Registration on opencalls.fund is required before submission. Only registered users can apply and submit questions to the FAQ section.
All documents must be submitted in PDF format only (maximum 10MB per file; .zip files not accepted). The proposal must use the official Proposal Template (Annex 5), must not exceed 15 pages (excluding cover page, Table of Contents, and Budget Tables), and must use Arial font at minimum 11pt with minimum 15mm margins.
All applications, deliverables, reports, and communications must be submitted in English. Official legal documents may be submitted in their original language, but translations may be requested.
Applications must be submitted before 30 June 2026 at 17:00 CEST. Late submissions will not be accepted under any circumstances, including technical difficulties.

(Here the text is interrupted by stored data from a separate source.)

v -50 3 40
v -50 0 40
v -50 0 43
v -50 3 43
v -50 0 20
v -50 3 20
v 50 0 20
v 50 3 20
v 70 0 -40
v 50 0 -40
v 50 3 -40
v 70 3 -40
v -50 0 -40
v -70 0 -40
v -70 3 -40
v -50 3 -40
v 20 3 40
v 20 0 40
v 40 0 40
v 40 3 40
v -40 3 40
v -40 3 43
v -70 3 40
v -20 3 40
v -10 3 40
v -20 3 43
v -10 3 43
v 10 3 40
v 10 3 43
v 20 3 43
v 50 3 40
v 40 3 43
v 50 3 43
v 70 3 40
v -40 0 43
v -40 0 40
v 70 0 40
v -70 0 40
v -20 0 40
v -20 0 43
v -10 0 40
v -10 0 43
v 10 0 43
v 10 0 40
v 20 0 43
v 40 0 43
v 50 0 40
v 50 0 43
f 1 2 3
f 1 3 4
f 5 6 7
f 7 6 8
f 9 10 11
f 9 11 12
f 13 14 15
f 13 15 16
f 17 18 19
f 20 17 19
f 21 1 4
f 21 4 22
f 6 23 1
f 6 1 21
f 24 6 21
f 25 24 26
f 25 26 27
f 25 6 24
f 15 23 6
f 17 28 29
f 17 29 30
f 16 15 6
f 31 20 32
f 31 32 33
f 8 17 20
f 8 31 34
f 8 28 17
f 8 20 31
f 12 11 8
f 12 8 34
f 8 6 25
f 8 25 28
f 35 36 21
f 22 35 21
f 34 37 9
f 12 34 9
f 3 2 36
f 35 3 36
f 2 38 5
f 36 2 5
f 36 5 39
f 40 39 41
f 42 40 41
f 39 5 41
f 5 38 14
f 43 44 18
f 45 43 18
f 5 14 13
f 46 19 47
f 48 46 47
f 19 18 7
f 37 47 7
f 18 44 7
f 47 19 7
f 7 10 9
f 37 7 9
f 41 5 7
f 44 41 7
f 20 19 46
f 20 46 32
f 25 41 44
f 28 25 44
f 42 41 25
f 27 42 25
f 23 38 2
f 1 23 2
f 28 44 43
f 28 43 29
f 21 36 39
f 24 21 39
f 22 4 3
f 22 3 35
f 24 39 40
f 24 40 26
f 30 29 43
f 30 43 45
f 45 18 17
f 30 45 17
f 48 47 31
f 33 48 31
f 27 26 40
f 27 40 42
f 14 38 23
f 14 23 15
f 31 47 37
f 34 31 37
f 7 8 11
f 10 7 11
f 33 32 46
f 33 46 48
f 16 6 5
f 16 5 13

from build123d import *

# Parameters (mm, degrees)
SKETCH1_W           = 140
SKETCH1_H           = 80
BOSS_EXTRUDE1_DEPTH = 3
SKETCH2_W           = 100
SKETCH2_H           = 60
CUT_EXTRUDE1_DEPTH  = 13
SKETCH4_W           = 10
SKETCH4_H           = 3
BOSS_EXTRUDE2_DEPTH = 3


with BuildPart() as part:
    # Sketch1 → Boss-Extrude1 (new body)
    with BuildSketch(Plane(origin=(0, 0, 0), x_dir=(1, 0, 0), z_dir=(0, 1, 0))):
        Rectangle(SKETCH1_W, SKETCH1_H)
    extrude(amount=BOSS_EXTRUDE1_DEPTH)

    # Sketch2 → Cut-Extrude1 (cut)
    with BuildSketch(Plane(origin=(0, 3, 0), x_dir=(1, 0, 0), z_dir=(0, 1, 0))):
        with Locations((0, 10)):
            Rectangle(SKETCH2_W, SKETCH2_H)
    extrude(amount=-CUT_EXTRUDE1_DEPTH, mode=Mode.SUBTRACT)

    # Sketch4 → Boss-Extrude2 (add)
    with BuildSketch(Plane.XY.offset(40)):
        with Locations((-45, 1.5)):
            Rectangle(SKETCH4_W, SKETCH4_H)
        with Locations((-15, 1.5)):
            Rectangle(SKETCH4_W, SKETCH4_H)
        with Locations((15, 1.5)):
            Rectangle(SKETCH4_W, SKETCH4_H)
        with Locations((45, 1.5)):
            Rectangle(SKETCH4_W, SKETCH4_H)
    extrude(amount=BOSS_EXTRUDE2_DEPTH)


solid = part.part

For questions and support: fci4africa@opencalls.fund
For more information: https://fci4africa.eu/open-calls/open-call-1/
Sub-grantee Responsibilities
Selected sub-grantees are indirect beneficiaries of European Commission funding and carry obligations including: compliance with the Do No Significant Harm (DNSH) principle across all six EU Taxonomy environmental objectives; full disclosure and avoidance of conflicts of interest; ethics by design throughout project implementation; visibility requirements including display of the EU flag and FCI4Africa logo in all communications; retention of IPR over results generated (with some results to be shared for FCI4Africa dissemination purposes); and cooperation with any EC financial audits for up to 5 years after project completion.